Police Stories

Editing this week's Todcast, I discovered I was still too pissed off about the recent out of control police action in Salisbury. Salisbury Police gassed students and a Maryland State Trooper shot a man. It appears as if in Salisbury, excessive force is a policy.
Point is, even though we discussed the police shenanigans on the Todcast, I want to write about Patti Backer's art and her show for the Todcast blog. I just had to get this poison out first. In case you get bored and don't finish, the moral is, in Salisbury, while probably not any more corrupt than most, police are inept and likely to lie to hide their incompetence. 
Police Ignore Their Mistakes 
Not long after the turn of the century, my then-wife was managing property for an absentee landlord. It was horrible work, miserable hours and terrible people. One of the houses burned down and was unoccupied. A drug deal went down in the remains of the building. The participants were arrested and the management company (my ex) contacted. The police wanted to know if the alleged drug dealers were on the lease. They were not, a copy was provided.
A few months later, my then-wife was arrested for failure to appear in court. The Salisbury Police had listed her home address as the burned-out building and been sending the correspondence there. Because she never got the word and never showed up to testify the lease she provided was accurate, the drug dealers were set free. The prosecutor ordered her arrest and, once in possession of the facts, still attempted to gain a conviction.

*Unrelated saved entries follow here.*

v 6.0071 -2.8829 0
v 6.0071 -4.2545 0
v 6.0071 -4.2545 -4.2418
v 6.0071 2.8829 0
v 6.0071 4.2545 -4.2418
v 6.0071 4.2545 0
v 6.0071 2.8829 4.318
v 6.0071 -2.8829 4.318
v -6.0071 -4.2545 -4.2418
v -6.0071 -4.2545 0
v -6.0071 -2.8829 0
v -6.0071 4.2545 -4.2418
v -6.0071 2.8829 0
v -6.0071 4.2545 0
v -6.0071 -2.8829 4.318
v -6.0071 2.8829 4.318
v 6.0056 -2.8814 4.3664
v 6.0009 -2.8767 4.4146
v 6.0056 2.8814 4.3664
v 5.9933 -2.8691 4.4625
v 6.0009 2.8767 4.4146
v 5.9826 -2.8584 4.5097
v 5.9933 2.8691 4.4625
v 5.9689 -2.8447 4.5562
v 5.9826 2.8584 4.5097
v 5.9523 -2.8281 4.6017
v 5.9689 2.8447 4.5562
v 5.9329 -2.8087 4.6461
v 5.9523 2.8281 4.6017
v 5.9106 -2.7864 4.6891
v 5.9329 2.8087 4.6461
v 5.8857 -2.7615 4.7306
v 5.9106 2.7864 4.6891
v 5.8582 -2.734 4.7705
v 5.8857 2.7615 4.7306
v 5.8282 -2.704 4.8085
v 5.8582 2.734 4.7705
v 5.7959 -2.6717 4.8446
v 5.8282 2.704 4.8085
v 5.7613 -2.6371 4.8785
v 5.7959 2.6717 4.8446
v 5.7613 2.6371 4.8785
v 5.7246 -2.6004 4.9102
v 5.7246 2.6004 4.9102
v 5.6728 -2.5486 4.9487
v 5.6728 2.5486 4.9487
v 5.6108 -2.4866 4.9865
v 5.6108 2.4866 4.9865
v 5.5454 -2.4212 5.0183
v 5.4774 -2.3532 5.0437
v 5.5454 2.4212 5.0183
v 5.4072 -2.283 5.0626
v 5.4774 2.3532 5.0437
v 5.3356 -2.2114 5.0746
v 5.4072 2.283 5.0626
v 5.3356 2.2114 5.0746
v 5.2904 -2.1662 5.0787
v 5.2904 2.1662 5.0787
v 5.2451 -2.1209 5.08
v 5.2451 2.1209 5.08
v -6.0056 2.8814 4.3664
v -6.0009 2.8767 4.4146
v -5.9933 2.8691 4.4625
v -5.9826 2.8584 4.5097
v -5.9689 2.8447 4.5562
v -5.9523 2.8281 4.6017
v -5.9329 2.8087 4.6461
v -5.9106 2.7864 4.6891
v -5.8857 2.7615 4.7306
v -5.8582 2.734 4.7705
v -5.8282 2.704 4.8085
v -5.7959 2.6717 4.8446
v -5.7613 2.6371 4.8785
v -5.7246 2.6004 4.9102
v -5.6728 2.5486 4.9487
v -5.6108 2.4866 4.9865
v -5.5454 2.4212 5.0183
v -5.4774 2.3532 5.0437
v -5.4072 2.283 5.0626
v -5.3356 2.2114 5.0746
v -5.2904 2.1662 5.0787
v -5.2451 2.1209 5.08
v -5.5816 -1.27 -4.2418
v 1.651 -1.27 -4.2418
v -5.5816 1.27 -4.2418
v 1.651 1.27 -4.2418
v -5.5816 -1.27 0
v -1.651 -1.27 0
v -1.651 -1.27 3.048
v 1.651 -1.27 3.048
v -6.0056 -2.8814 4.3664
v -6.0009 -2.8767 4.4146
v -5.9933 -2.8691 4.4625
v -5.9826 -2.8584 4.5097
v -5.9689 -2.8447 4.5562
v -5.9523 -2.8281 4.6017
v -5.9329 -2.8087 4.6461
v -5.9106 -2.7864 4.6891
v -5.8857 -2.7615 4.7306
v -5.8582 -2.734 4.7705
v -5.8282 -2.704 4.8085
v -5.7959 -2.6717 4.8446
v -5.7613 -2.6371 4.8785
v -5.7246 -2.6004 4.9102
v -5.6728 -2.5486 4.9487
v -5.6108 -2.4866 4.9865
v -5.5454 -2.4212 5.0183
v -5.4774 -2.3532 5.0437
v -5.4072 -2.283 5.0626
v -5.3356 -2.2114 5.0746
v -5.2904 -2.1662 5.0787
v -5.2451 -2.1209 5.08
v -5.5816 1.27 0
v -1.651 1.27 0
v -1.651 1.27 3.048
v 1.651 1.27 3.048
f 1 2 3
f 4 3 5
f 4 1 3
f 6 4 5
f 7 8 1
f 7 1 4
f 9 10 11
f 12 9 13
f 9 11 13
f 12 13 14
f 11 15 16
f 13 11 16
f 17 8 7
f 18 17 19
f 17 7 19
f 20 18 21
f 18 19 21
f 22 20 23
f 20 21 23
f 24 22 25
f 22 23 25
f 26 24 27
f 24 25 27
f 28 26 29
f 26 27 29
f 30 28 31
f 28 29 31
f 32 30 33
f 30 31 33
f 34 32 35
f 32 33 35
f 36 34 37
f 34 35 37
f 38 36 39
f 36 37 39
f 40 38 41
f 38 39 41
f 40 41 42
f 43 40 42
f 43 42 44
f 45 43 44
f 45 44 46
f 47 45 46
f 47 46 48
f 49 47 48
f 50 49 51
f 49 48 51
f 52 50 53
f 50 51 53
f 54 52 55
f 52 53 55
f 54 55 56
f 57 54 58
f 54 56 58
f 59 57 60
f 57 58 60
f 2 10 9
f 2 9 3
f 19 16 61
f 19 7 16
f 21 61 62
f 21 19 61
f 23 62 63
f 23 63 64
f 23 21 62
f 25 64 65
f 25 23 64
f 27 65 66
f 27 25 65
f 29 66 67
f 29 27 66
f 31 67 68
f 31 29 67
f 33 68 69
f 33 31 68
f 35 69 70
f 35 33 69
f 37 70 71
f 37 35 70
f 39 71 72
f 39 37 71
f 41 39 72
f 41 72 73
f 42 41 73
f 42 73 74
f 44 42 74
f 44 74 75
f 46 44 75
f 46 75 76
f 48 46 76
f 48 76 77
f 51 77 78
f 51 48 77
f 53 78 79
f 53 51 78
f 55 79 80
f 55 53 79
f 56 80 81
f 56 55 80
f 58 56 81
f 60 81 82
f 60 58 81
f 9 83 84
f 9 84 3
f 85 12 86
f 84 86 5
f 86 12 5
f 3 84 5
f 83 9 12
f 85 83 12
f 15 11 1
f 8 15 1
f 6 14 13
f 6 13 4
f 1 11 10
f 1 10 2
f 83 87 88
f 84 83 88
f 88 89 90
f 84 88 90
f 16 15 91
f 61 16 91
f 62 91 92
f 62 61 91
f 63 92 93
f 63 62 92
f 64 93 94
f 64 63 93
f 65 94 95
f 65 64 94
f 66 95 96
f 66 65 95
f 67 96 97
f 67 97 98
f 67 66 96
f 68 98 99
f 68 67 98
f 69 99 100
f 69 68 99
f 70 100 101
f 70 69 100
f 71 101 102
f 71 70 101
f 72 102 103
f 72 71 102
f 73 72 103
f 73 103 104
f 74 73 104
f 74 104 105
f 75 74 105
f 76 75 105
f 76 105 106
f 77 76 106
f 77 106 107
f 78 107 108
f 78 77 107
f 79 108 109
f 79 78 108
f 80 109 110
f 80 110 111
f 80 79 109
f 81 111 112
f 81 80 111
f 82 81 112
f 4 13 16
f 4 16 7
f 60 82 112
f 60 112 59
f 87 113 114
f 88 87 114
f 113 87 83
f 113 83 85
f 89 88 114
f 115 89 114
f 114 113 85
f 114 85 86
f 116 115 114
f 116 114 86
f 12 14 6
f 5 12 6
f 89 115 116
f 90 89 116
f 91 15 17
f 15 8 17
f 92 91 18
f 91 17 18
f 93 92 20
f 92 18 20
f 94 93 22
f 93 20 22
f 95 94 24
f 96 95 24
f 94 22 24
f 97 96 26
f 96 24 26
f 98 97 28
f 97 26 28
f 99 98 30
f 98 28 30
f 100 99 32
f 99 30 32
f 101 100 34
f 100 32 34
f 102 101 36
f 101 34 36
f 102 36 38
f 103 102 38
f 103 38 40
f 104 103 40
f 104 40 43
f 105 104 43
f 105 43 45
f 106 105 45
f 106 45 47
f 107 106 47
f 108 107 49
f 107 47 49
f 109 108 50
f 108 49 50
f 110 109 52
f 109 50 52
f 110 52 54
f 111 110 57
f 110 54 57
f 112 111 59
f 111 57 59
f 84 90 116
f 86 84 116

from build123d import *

# Parameters (mm, degrees)
F0_W          = 12.0142
F0_H          = 5.7658
F1_DEPTH      = 5.08
F2_W          = 12.0142
F2_H          = 8.509
F3_DEPTH      = 4.2418
F4_R          = 0.762
F6_W          = 4.1768109557
F6_H          = 2.54
F7_DEPTH      = 4.2418
F5_W          = 3.302
F5_H          = 2.54
F8_DEPTH      = 4.318
F8_DEPTH_BACK = 3.048


with BuildPart() as f1:
    # F0 (on Top) → F1 (new body)
    with BuildSketch(Plane.XY):
        Rectangle(F0_W, F0_H)
    extrude(amount=F1_DEPTH)

    # F2 (on Top) → F3 (join)
    with BuildSketch(Plane.XY):
        Rectangle(F2_W, F2_H)
    extrude(amount=-F3_DEPTH)

    # F4
    f4_edges = [f1.edges().sort_by_distance(p)[0] for p in [
        (6.0071, 0, 5.08),
        (0, 2.8829, 5.08),
        (-6.0071, 0, 5.08),
        (0, -2.8829, 5.08),
    ]]
    fillet(f4_edges, radius=F4_R)

    # F6 (on Top) → F7 (cut)
    with BuildSketch(Plane.XY):
        with Locations((-3.4931976115, 0)):
            Rectangle(F6_W, F6_H)
    extrude(amount=-F7_DEPTH, mode=Mode.SUBTRACT)

    # F5 (on Top) → F8 (cut, two sides)
    with BuildSketch(Plane.XY) as f8_sk:
        Rectangle(F5_W, F5_H)
    extrude(amount=-F8_DEPTH, mode=Mode.SUBTRACT)
    extrude(f8_sk.sketch, amount=F8_DEPTH_BACK, mode=Mode.SUBTRACT)


solid = f1.part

I bailed her out of jail with the last $200 I had in my account. Her public defender introduced her to Kafka’s “The Trial.” The judge apologized, lightly scolded the prosecutor, returned our money and threw the case out. It is no longer even a matter of public record (or at least is not accessible in case search at the Maryland Judiciary System).
Police Free Drunken Murderer
A man shot his girlfriend and beat her dog so badly the animal had to be put down. He drove away in her Jeep, so drunk that, when he drove it into a ditch, he left it behind, along with the murder weapon. He called a cab from the scene of the accident.
The Salisbury Police tracked the cab and pulled the murderer out of it, noticed he was drunk and that he had an empty holster.
The officer asked him about the holster. The murder said he used it to hold his cell phone. Satisfied, the Salisbury Police officer sent him on his way, initiating a manhunt that would last two weeks and end in the Baltimore area.
Fear and Loathing
These are the only two stories a person needs to know about Salisbury law enforcement culture. They are tragically inept and would prefer to jail someone who is innocent than admit they were mistaken.
This week, a trooper shot a man who’d been pulled over for a broken tag light and police gassed 600 students after instigating a riot.
In the shooting incident, the man tried to escape and the trooper. Not one to let the kind of person who would wantonly drive around with his tag light out escape, the trooper reached for the keys. The driver accelerated, trying to dispatch the trooper from the car. The trooper shot him twice. 
Seems fair.
In the gassing incident, the police showed up during a post-semester party in the college section of town. Salisbury is a college town but it really hates college kids, in a vindictive way. Police spent some time filming the kids and claiming they were responding to a complaint.
In the video the police provided, when told of the complaint, the student looks up and down the street (which is exclusively college kids) and asks who would complain with genuine confusion. Police provide no real answer.
Sometime later five kids reportedly threw bottles and the mass gassing ensued. The story somehow is about the students and not the fact that Salisbury Police gas students with frightening regularity.
The police are asking anyone who witnessed the incident or has video to help them find more perpetrators. Let me tell you from experience, before you provide evidence, make sure you have plenty of bail money set aside.